Which is the best Linux kernel?

Linux kernel developers tell us that the ‘best’ Linux kernel to use is the one that comes with whatever distribution we’re using. Or the latest stable version. Or the most recent long-term support (LTS) version. Or whatever one we want, so long as it’s maintained.

Choice is great, but I’d rather have a single answer; I just want the best. The trouble is, for some people, best means fastest. For others, the best is the one with the latest features, or a specific feature. For me, the best Linux kernel is the safest one.

Which is the ‘safest’ Linux kernel?

A crude way to consider the safety of a piece of software is to see how many security issues appear in a specific version of it. (I know it’s a shaky premise, but let’s run with it, if only as a way to learn more about CVEs and how to interpret them.) Applying this tactic to the Linux kernel means examining vulnerability reports.

That’s what I’ll be doing in this series of three articles. I’ll be analyzing Linux kernel CVEs (reported vulnerabilities) to see if there are any trends that can help answer the question, Which is the best (i.e. safest) Linux kernel to use.

But wait—hasn’t something like this been done already?

Kind of.

  • CVE Details: A CVE search engine. You can find CVEs by severity, product, vendor, etc.
  • Linux Kernel CVEs: Also a CVE search engine, listing CVE IDs for specific Linux kernel versions.
  • Alexander Leonov: Nice article on the anatomy of a CVE data file, but with a focus on CPE data.
  • Tenable.sc: Commercial product with a CVE analysis dashboard.

So, why do this?

Because either those resources and projects don’t answer my question, or they cost money.

And besides, I want to learn what a CVE is, what they can tell me about the differences (if any) between Linux kernel versions, and what the limitations of this approach is.

The process and tools

It’s pretty simple; get the data, analyze it, chart the results.

The tools are free and run on many platforms, but, for the sake of illustration, I’ll be working on Ubuntu 18.04 LTS, and will assume you’re not fazed by the sight of a naked terminal.

Just so you know what you’re in for, here are the practical steps.

  • A. Install Apache CouchDB database locally. (This will be a single-node set-up—I want to explore the data, not get bogged down with administration.)
  • B. Download NVD data (as JSON files) and import all CVE records, not just those for the Linux kernel. (This way it’s easier to select relevant data at query time than it is to parse and extract records from the JSON files.)
  • C. Use Mango to query the data.

First, here’s a bit of background on what a CVE is, and what a CVE record contains.

What is a CVE?

CVE stands for Common Vulnerability and Exposures.

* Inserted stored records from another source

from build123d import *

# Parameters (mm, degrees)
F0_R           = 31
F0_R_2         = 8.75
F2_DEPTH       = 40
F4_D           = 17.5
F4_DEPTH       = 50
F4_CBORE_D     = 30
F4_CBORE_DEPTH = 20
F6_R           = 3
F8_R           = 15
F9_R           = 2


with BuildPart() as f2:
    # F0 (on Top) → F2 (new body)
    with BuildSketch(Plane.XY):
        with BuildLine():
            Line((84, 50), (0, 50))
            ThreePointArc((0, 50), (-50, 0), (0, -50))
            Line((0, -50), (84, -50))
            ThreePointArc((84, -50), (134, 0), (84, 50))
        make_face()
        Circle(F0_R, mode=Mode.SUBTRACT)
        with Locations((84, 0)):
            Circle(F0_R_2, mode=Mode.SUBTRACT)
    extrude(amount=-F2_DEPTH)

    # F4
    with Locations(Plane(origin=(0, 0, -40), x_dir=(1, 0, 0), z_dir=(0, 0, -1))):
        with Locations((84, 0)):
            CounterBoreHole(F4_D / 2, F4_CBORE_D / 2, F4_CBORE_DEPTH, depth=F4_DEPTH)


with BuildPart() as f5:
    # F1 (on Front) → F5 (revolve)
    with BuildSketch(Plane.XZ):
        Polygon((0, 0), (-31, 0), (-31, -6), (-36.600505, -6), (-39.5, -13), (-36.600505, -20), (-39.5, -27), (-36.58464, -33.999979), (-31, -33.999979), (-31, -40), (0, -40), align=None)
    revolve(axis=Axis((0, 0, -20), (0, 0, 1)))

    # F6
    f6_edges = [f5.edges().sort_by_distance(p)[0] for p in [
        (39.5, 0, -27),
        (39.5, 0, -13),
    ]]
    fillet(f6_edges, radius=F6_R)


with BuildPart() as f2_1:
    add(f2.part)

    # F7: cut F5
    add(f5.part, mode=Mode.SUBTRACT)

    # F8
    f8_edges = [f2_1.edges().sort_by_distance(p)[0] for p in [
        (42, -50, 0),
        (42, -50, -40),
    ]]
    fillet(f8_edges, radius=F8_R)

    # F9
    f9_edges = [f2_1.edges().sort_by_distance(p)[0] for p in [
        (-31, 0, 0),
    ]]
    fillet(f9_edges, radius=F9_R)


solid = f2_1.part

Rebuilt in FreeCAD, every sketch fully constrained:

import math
import FreeCAD as App
import Part
import Sketcher

V = App.Vector
Q = App.Units.Quantity


def edges_at(feature, points):
    """Names of the edges that pass closest to the given points."""
    edges = feature.Shape.Edges
    near = lambda p: min(range(len(edges)), key=lambda i: edges[i].distToShape(Part.Vertex(*p))[0])
    return sorted({f"Edge{near(p) + 1}" for p in points})

doc = App.newDocument("Part")
body = doc.addObject("PartDesign::Body", "Body")

# Sketch on XY plane
sketch1 = body.newObject("Sketcher::SketchObject", "Sketch")
sketch1.AttachmentSupport = (doc.getObject("XY_Plane"), [""])
sketch1.MapMode = "FlatFace"
sketch1.addGeometry(Part.LineSegment(V(84, 50, 0), V(0, 50, 0)), False)
sketch1.addGeometry(Part.ArcOfCircle(Part.Circle(V(0, 0, 0), V(0, 0, 1), 50), math.radians(90), math.radians(270)), False)
sketch1.addGeometry(Part.LineSegment(V(0, -50, 0), V(84, -50, 0)), False)
sketch1.addGeometry(Part.ArcOfCircle(Part.Circle(V(84, 0, 0), V(0, 0, 1), 50), math.radians(-90), math.radians(90)), False)
sketch1.addGeometry(Part.Circle(V(0, 0, 0), V(0, 0, 1), 31), False)
sketch1.addGeometry(Part.Circle(V(84, 0, 0), V(0, 0, 1), 9), False)
sketch1.addConstraint(Sketcher.Constraint("Tangent", 0, 2, 1, 1))
sketch1.addConstraint(Sketcher.Constraint("Tangent", 1, 2, 2, 1))
sketch1.addConstraint(Sketcher.Constraint("Tangent", 2, 2, 3, 1))
sketch1.addConstraint(Sketcher.Constraint("Tangent", 3, 2, 0, 1))
sketch1.addConstraint(Sketcher.Constraint("Horizontal", 0))
sketch1.addConstraint(Sketcher.Constraint("Horizontal", 2))
sketch1.addConstraint(Sketcher.Constraint("Coincident", 1, 3, -1, 1))
sketch1.addConstraint(Sketcher.Constraint("Coincident", 4, 3, -1, 1))
sketch1.addConstraint(Sketcher.Constraint("Coincident", 5, 3, 3, 3))
sketch1.addConstraint(Sketcher.Constraint("Diameter", 4, Q("62 mm")))
sketch1.addConstraint(Sketcher.Constraint("Radius", 1, Q("50 mm")))
sketch1.addConstraint(Sketcher.Constraint("Diameter", 5, Q("17.5 mm")))
sketch1.addConstraint(Sketcher.Constraint("DistanceX", 0, 2, 0, 1, Q("84 mm")))
pad1 = body.newObject("PartDesign::Pad", "Pad")
pad1.Profile = sketch1
pad1.Length = 40
pad1.Reversed = True

# Sketch on XY plane
sketch2 = body.newObject("Sketcher::SketchObject", "Sketch001")
sketch2.AttachmentSupport = (doc.getObject("XY_Plane"), [""])
sketch2.MapMode = "FlatFace"
sketch2.AttachmentOffset = App.Placement(V(0, 0, -40), App.Rotation())
sketch2.addGeometry(Part.Circle(V(84, 0, 0), V(0, 0, 1), 9), False)
sketch2.addConstraint(Sketcher.Constraint("PointOnObject", 0, 3, -1))
sketch2.addConstraint(Sketcher.Constraint("Diameter", 0, Q("17.5 mm")))
sketch2.addConstraint(Sketcher.Constraint("DistanceX", -1, 1, 0, 3, Q("84 mm")))
doc.recompute()
hole = body.newObject("PartDesign::Hole", "Hole")
hole.Profile = sketch2
hole.ThreadType = "None"
hole.Diameter = 17.5
hole.DepthType = "Dimension"
hole.Depth = 50
hole.DrillPoint = "Flat"
hole.HoleCutType = "Counterbore"
hole.HoleCutDiameter = 30
hole.HoleCutDepth = 20
hole.Reversed = True
body2 = doc.addObject("PartDesign::Body", "Body001")

# Sketch on XZ plane
sketch3 = body2.newObject("Sketcher::SketchObject", "Sketch002")
sketch3.AttachmentSupport = (doc.getObject("XZ_Plane001"), [""])
sketch3.MapMode = "FlatFace"
sketch3.addGeometry(Part.LineSegment(V(0, 0, 0), V(-31, 0, 0)), False)
sketch3.addGeometry(Part.LineSegment(V(-31, 0, 0), V(-31, -6, 0)), False)
sketch3.addGeometry(Part.LineSegment(V(-31, -6, 0), V(-36.600505, -6, 0)), False)
sketch3.addGeometry(Part.LineSegment(V(-36.600505, -6, 0), V(-39.5, -13, 0)), False)
sketch3.addGeometry(Part.LineSegment(V(-39.5, -13, 0), V(-36.600505, -20, 0)), False)
sketch3.addGeometry(Part.LineSegment(V(-36.600505, -20, 0), V(-39.5, -27, 0)), False)
sketch3.addGeometry(Part.LineSegment(V(-39.5, -27, 0), V(-36.58464, -33.999979, 0)), False)
sketch3.addGeometry(Part.LineSegment(V(-36.58464, -33.999979, 0), V(-31, -33.999979, 0)), False)
sketch3.addGeometry(Part.LineSegment(V(-31, -33.999979, 0), V(-31, -40, 0)), False)
sketch3.addGeometry(Part.LineSegment(V(-31, -40, 0), V(0, -40, 0)), False)
sketch3.addGeometry(Part.LineSegment(V(0, -40, 0), V(0, 0, 0)), False)
sketch3.addConstraint(Sketcher.Constraint("Coincident", 0, 2, 1, 1))
sketch3.addConstraint(Sketcher.Constraint("Coincident", 1, 2, 2, 1))
sketch3.addConstraint(Sketcher.Constraint("Coincident", 2, 2, 3, 1))
sketch3.addConstraint(Sketcher.Constraint("Coincident", 3, 2, 4, 1))
sketch3.addConstraint(Sketcher.Constraint("Coincident", 4, 2, 5, 1))
sketch3.addConstraint(Sketcher.Constraint("Coincident", 5, 2, 6, 1))
sketch3.addConstraint(Sketcher.Constraint("Coincident", 6, 2, 7, 1))
sketch3.addConstraint(Sketcher.Constraint("Coincident", 7, 2, 8, 1))
sketch3.addConstraint(Sketcher.Constraint("Coincident", 8, 2, 9, 1))
sketch3.addConstraint(Sketcher.Constraint("Coincident", 9, 2, 10, 1))
sketch3.addConstraint(Sketcher.Constraint("Coincident", 10, 2, 0, 1))
sketch3.addConstraint(Sketcher.Constraint("Horizontal", 0))
sketch3.addConstraint(Sketcher.Constraint("Vertical", 1))
sketch3.addConstraint(Sketcher.Constraint("Horizontal", 2))
sketch3.addConstraint(Sketcher.Constraint("Horizontal", 7))
sketch3.addConstraint(Sketcher.Constraint("Vertical", 8))
sketch3.addConstraint(Sketcher.Constraint("Horizontal", 9))
sketch3.addConstraint(Sketcher.Constraint("Vertical", 10))
sketch3.addConstraint(Sketcher.Constraint("Coincident", 10, 2, -1, 1))
sketch3.addConstraint(Sketcher.Constraint("Parallel", 3, 5))
sketch3.addConstraint(Sketcher.Constraint("Vertical", 2, 2, 4, 2))
sketch3.addConstraint(Sketcher.Constraint("Vertical", 3, 2, 5, 2))
sketch3.addConstraint(Sketcher.Constraint("Vertical", 1, 2, 7, 2))
sketch3.addConstraint(Sketcher.Constraint("Equal", 3, 4))
sketch3.addConstraint(Sketcher.Constraint("DistanceX", 0, 2, 0, 1, Q("31 mm")))
sketch3.addConstraint(Sketcher.Constraint("DistanceY", 1, 2, 1, 1, Q("6 mm")))
sketch3.addConstraint(Sketcher.Constraint("DistanceY", 10, 1, 10, 2, Q("40 mm")))
sketch3.addConstraint(Sketcher.Constraint("DistanceY", 3, 2, -1, 1, Q("13 mm")))
sketch3.addConstraint(Sketcher.Constraint("Angle", 3, Q("-112.5 deg")))
sketch3.addConstraint(Sketcher.Constraint("DistanceX", 3, 2, -1, 1, Q("39.5 mm")))
sketch3.addConstraint(Sketcher.Constraint("DistanceX", 7, 1, 7, 2, Q("5.58464 mm")))
sketch3.addConstraint(Sketcher.Constraint("DistanceY", 8, 2, 8, 1, Q("6.000021 mm")))
revolution = body2.newObject("PartDesign::Revolution", "Revolution")
revolution.Profile = sketch3
revolution.ReferenceAxis = (sketch3, ["V_Axis"])
revolution.Angle = 360
doc.recompute()

fillet = body2.newObject("PartDesign::Fillet", "Fillet")
fillet.Base = (revolution, edges_at(revolution, [(39.5, 0, -27), (39.5, 0, -13)]))
fillet.Radius = 3
doc.recompute()

boolean = body.newObject("PartDesign::Boolean", "Boolean")
boolean.Type = "Cut"
boolean.addObjects([body2])
doc.recompute()

fillet2 = body.newObject("PartDesign::Fillet", "Fillet001")
fillet2.Base = (boolean, edges_at(boolean, [(42, -50, 0), (42, -50, -40)]))
fillet2.Radius = 15
doc.recompute()

fillet3 = body.newObject("PartDesign::Fillet", "Fillet002")
fillet3.Base = (fillet2, edges_at(fillet2, [(-31, 0, 0)]))
fillet3.Radius = 2

doc.recompute()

For our purposes, a CVE is a code that identifies a software vulnerability. It’s in the form CVE-YYYY-N, where YYYY is the year the ID was assigned or made public, and N is a sequence number of arbitrary length. An organization called Mitre coordinates the CVE list.

Clearly, a CVE isn’t defined by its ID, but by its details. A number or organizations look after these details, but the one I’ll use is the most well-known, the National Vulnerability Database (NVD), managed by the National Institute of Standards and Technology (NIST). Anyone can download their CVE data for free.

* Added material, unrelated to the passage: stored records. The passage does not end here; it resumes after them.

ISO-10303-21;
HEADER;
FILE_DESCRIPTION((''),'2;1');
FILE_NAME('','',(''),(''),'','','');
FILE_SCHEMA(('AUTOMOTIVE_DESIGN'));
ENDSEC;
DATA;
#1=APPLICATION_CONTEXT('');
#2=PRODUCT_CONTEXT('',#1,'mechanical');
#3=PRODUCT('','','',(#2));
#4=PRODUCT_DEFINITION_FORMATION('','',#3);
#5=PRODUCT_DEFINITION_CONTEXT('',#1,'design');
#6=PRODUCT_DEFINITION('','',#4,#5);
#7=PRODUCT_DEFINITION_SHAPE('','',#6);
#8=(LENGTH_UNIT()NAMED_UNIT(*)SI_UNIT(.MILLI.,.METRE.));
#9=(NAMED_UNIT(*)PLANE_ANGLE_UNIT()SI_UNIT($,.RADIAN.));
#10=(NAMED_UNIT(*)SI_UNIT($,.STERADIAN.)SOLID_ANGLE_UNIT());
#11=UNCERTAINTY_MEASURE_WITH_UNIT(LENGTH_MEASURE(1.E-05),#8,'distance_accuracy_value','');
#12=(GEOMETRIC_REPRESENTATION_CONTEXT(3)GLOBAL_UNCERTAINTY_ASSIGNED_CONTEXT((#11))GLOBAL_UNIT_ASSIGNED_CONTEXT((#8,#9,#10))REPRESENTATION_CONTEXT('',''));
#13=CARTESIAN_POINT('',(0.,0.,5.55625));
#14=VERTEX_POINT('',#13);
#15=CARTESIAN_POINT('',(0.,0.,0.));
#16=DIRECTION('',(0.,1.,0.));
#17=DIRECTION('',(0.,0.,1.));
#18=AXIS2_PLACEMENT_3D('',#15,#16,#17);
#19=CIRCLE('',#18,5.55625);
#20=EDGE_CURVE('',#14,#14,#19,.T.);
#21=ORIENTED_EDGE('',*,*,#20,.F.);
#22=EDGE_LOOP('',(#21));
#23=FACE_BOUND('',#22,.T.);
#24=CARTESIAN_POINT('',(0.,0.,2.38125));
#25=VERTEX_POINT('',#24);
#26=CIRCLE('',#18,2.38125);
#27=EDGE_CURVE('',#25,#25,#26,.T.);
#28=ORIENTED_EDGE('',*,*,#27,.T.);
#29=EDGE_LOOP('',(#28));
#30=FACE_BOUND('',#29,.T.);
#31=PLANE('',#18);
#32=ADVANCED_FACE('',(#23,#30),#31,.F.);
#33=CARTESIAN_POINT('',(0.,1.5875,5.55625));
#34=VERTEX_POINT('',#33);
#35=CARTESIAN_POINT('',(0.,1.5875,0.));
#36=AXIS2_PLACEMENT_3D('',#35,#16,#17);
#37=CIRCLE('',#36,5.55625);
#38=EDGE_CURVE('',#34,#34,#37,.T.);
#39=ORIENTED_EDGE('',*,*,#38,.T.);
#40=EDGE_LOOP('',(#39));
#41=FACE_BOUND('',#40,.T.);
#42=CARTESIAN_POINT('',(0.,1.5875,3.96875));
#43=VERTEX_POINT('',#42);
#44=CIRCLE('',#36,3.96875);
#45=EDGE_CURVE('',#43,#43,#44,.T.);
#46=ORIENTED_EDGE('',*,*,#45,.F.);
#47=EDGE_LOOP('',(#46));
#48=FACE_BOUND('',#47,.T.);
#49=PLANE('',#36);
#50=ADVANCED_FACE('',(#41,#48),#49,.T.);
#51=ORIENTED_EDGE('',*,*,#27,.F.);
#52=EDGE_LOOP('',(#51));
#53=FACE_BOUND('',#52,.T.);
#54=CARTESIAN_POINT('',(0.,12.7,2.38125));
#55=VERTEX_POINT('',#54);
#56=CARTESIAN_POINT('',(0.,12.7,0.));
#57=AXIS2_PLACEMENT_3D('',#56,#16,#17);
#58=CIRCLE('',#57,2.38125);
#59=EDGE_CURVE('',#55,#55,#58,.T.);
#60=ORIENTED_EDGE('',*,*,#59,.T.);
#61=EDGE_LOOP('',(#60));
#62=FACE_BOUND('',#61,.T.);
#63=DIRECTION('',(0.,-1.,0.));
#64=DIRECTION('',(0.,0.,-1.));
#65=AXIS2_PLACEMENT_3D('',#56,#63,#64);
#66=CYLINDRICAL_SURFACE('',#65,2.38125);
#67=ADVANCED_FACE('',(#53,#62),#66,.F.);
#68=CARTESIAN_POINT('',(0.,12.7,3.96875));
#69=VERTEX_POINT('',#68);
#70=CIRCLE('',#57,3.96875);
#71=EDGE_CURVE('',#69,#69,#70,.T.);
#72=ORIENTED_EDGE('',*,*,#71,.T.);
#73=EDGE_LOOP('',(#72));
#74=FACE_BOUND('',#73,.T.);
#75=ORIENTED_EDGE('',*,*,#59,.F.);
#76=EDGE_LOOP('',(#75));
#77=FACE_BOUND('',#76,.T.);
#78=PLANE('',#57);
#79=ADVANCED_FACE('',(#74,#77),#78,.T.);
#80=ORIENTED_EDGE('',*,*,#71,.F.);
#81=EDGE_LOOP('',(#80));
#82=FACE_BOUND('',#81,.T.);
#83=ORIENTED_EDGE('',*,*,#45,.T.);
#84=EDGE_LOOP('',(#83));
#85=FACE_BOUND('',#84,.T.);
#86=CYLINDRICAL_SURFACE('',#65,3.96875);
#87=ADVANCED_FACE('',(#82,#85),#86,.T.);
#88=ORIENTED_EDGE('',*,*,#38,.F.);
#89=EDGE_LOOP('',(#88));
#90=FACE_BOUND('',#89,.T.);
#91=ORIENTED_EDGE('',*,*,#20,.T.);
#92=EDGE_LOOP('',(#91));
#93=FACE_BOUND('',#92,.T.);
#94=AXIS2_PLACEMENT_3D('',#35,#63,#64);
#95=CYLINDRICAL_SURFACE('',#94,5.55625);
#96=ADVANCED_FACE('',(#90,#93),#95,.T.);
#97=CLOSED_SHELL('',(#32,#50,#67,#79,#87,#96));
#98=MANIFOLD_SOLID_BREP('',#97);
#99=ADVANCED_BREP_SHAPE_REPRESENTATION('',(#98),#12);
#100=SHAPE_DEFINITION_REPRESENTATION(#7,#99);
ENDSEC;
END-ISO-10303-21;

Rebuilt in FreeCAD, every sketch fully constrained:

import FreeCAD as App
import Part
import Sketcher
from FreeCAD import Vector
Q = App.Units.Quantity

doc = App.newDocument("Part")
params = doc.addObject("Spreadsheet::Sheet", "Params")
for row, (alias, value) in enumerate([
    ("sketch1_diameter", "0.3125 in"),
    ("sketch1_diameter2", "0.1875 in"),
    ("pad1_length", "0.5 in"),
    ("sketch2_diameter", "0.4375 in"),
    ("sketch2_diameter2", "0.3125 in"),
    ("pad2_length", "0.0625 in"),
], start=1):
    params.set(f"A{row}", alias)
    params.set(f"B{row}", "=" + value)
    params.setAlias(f"B{row}", alias)

body = doc.addObject("PartDesign::Body", "Body")

sketch1 = doc.addObject("Sketcher::SketchObject", "Sketch")
body.addObject(sketch1)
sketch1.AttachmentSupport = (doc.XZ_Plane, [""])
sketch1.MapMode = "FlatFace"
sketch1.addGeometry(Part.Circle(Vector(0, 0, 0), Vector(0, 0, 1), 4), False)
sketch1.addGeometry(Part.Circle(Vector(0, 0, 0), Vector(0, 0, 1), 2.4), False)
sketch1.addConstraint(Sketcher.Constraint("Coincident", 0, 3, -1, 1))
sketch1.addConstraint(Sketcher.Constraint("Coincident", 1, 3, -1, 1))
sketch1.addConstraint(Sketcher.Constraint("Diameter", 0, Q("0.3125 in")))
sketch1.addConstraint(Sketcher.Constraint("Diameter", 1, Q("0.1875 in")))
sketch1.setExpression("Constraints[2]", "Params.sketch1_diameter")
sketch1.setExpression("Constraints[3]", "Params.sketch1_diameter2")
pad1 = doc.addObject("PartDesign::Pad", "Pad")
body.addObject(pad1)
pad1.Profile = sketch1
pad1.setExpression("Length", "Params.pad1_length")
pad1.Reversed = True

sketch2 = doc.addObject("Sketcher::SketchObject", "Sketch001")
body.addObject(sketch2)
sketch2.AttachmentSupport = (doc.XZ_Plane, [""])
sketch2.MapMode = "FlatFace"
sketch2.addGeometry(Part.Circle(Vector(0, 0, 0), Vector(0, 0, 1), 5.6), False)
sketch2.addGeometry(Part.Circle(Vector(0, 0, 0), Vector(0, 0, 1), 4), False)
sketch2.addConstraint(Sketcher.Constraint("Coincident", 0, 3, -1, 1))
sketch2.addConstraint(Sketcher.Constraint("Coincident", 1, 3, -1, 1))
sketch2.addConstraint(Sketcher.Constraint("Diameter", 0, Q("0.4375 in")))
sketch2.addConstraint(Sketcher.Constraint("Diameter", 1, Q("0.3125 in")))
sketch2.setExpression("Constraints[2]", "Params.sketch2_diameter")
sketch2.setExpression("Constraints[3]", "Params.sketch2_diameter2")
pad2 = doc.addObject("PartDesign::Pad", "Pad001")
body.addObject(pad2)
pad2.Profile = sketch2
pad2.setExpression("Length", "Params.pad2_length")
pad2.Reversed = True

doc.recompute()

NIST have some simple bar charts that show how the severity of vulnerabilities varies by year. Here’s an example.

how the severity of vulnerabilities varies by year chart

This is a chart of all software CVEs (not just Linux ones), from 2001 to 2019. I want something similar, but only for Linux vulnerabilities, and broken down by kernel version, too.

What’s in a CVE?

Before I load and query the JSON-format vulnerability files, let me show you what’s in them. (There is a file specification schema, but it has a lot of detail we don’t need to know about.) Each NVD CVE file contains a year’s worth of CVEs (January 1 to December 31). Here’s the basic structure of a CVE entry.

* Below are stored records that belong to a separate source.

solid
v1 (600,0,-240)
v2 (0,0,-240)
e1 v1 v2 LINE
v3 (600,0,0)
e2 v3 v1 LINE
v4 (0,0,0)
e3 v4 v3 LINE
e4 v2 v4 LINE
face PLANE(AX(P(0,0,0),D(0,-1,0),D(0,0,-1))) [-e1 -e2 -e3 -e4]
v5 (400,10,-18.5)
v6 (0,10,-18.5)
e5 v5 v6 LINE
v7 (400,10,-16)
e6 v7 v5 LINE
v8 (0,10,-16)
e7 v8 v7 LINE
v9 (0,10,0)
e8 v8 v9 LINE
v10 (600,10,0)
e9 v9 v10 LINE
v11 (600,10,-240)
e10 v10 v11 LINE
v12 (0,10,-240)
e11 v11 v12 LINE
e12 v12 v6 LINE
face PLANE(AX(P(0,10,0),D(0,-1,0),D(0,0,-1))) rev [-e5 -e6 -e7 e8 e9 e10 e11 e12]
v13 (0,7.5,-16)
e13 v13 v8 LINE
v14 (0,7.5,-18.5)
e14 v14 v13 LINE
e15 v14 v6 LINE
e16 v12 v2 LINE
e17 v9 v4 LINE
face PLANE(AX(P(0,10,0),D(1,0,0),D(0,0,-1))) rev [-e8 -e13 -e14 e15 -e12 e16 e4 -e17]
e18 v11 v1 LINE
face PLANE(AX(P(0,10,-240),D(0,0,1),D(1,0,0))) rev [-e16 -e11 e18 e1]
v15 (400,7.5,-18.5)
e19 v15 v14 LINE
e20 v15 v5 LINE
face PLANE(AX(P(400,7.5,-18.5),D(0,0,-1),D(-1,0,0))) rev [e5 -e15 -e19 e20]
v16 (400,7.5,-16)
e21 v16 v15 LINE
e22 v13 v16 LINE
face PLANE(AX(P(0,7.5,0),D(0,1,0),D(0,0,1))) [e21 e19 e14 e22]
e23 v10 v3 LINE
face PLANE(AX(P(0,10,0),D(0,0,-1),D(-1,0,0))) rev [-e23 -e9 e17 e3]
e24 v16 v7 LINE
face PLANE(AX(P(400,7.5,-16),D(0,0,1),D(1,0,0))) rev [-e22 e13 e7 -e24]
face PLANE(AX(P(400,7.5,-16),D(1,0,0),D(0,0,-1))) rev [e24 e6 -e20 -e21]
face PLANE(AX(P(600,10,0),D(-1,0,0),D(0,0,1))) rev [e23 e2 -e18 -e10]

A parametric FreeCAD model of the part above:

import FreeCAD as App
import Part
import Sketcher


def add_polygon(sketch, points):
    """Adds a closed chain of lines whose ends are joined by coincident constraints."""
    first, n = sketch.GeometryCount, len(points)
    for a, b in zip(points, points[1:] + points[:1]):
        sketch.addGeometry(Part.LineSegment(App.Vector(*a, 0), App.Vector(*b, 0)), False)
    for i in range(n):
        sketch.addConstraint(Sketcher.Constraint("Coincident", first + i, 2, first + (i + 1) % n, 1))

doc = App.newDocument("Part")
params = doc.addObject("Spreadsheet::Sheet", "Params")
for row, (alias, value) in enumerate([
    ("sketch1_width", "600 mm"),
    ("sketch1_height", "240 mm"),
    ("pad1_length", "10 mm"),
    ("sketch2_width", "400 mm"),
    ("sketch2_height", "2.5 mm"),
    ("pocket1_length", "2.5 mm"),
], start=1):
    params.set(f"A{row}", alias)
    params.set(f"B{row}", "=" + value)
    params.setAlias(f"B{row}", alias)

body = doc.addObject("PartDesign::Body", "Body")

# Sketch on XZ plane
sketch1 = body.newObject("Sketcher::SketchObject", "Sketch")
sketch1.AttachmentSupport = (doc.getObject("XZ_Plane"), [""])
sketch1.MapMode = "FlatFace"
add_polygon(sketch1, [(0, -240), (0, 0), (600, 0), (600, -240)])  # lines 0-3
sketch1.addConstraint([
    Sketcher.Constraint("Vertical", 0),
    Sketcher.Constraint("Horizontal", 1),
    Sketcher.Constraint("Vertical", 2),
    Sketcher.Constraint("Horizontal", 3),
    Sketcher.Constraint("Coincident", 0, 2, -1, 1),
    Sketcher.Constraint("DistanceX", 1, 1, 1, 2, 600.0),
    Sketcher.Constraint("DistanceY", 0, 1, 0, 2, 240.0),
])
sketch1.setExpression("Constraints[9]", "Params.sketch1_width")
sketch1.setExpression("Constraints[10]", "Params.sketch1_height")
pad1 = body.newObject("PartDesign::Pad", "Pad")
pad1.Profile = sketch1
pad1.setExpression("Length", "Params.pad1_length")
pad1.Reversed = True

# Sketch on XZ plane
sketch2 = body.newObject("Sketcher::SketchObject", "Sketch001")
sketch2.AttachmentSupport = (doc.getObject("XZ_Plane"), [""])
sketch2.MapMode = "FlatFace"
sketch2.AttachmentOffset = App.Placement(App.Vector(0, 0, -10), App.Rotation())
add_polygon(sketch2, [(0, -18.5), (0, -16), (400, -16), (400, -18.5)])  # lines 0-3
sketch2.addConstraint([
    Sketcher.Constraint("Vertical", 0),
    Sketcher.Constraint("Horizontal", 1),
    Sketcher.Constraint("Vertical", 2),
    Sketcher.Constraint("Horizontal", 3),
    Sketcher.Constraint("PointOnObject", 0, 2, -2),
    Sketcher.Constraint("DistanceX", 1, 1, 1, 2, 400.0),
    Sketcher.Constraint("DistanceY", 0, 1, 0, 2, 2.5),
    Sketcher.Constraint("DistanceY", 0, 2, -1, 1, 16.0),
])
sketch2.setExpression("Constraints[9]", "Params.sketch2_width")
sketch2.setExpression("Constraints[10]", "Params.sketch2_height")
pocket1 = body.newObject("PartDesign::Pocket", "Pocket")
pocket1.Profile = sketch2
pocket1.setExpression("Length", "Params.pocket1_length")
pocket1.Reversed = True

doc.recompute()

  • The first JSON section is a header, comprising the data format, version, number of records, and a timestamp.
  • The rest is one large array, CVE_Items, containing one cve block per vulnerability.
    • A cve block has affects and impacts blocks.
      • The affects block says what software this vulnerability affects. There are values for:
        • the software vendor’s name (vendor_name);
        • the software product’s name (product_name);
        • the software product’s version, defined with an operator (version_affected), and a value (version_value). This pair specifies a list of specific versions, or a range of versions.
      • The impact block defines the severity of a vulnerability as a number and a name using the Common Vulnerability Scoring System (CVSS). (There are two versions, 2.0 and 3.0. They differ slightly as shown below.)
        • The number is the Base Score Range (baseScore), a decimal value from 0.0 to 10.0.
        • The name (severity) is one of LOW, MEDIUM or HIGH (for CVSS V2.0; NONE and CRITICAL are added in v3.0).


CVSS v2.0 vs v3.0

The two versions differ in how they map the base score to severity. (The table below comes from the NVD CVSS page.)

v2.0   v3.0  
Severity Base Score Range Severity Base Score Range
    None 0.0
Low 0.0–3.9 Low 0.1–3.9
Medium 4.0–6.9 Medium 4.0–6.9
High 7.0–10.0 High 7.0–8.9
    Critical 9.0–10.0

With this overview of the data, here’s a sketch of my first query, in SQL-like pseudo-code (the irony being that CouchDB is one of the class of so-called NoSQL databases).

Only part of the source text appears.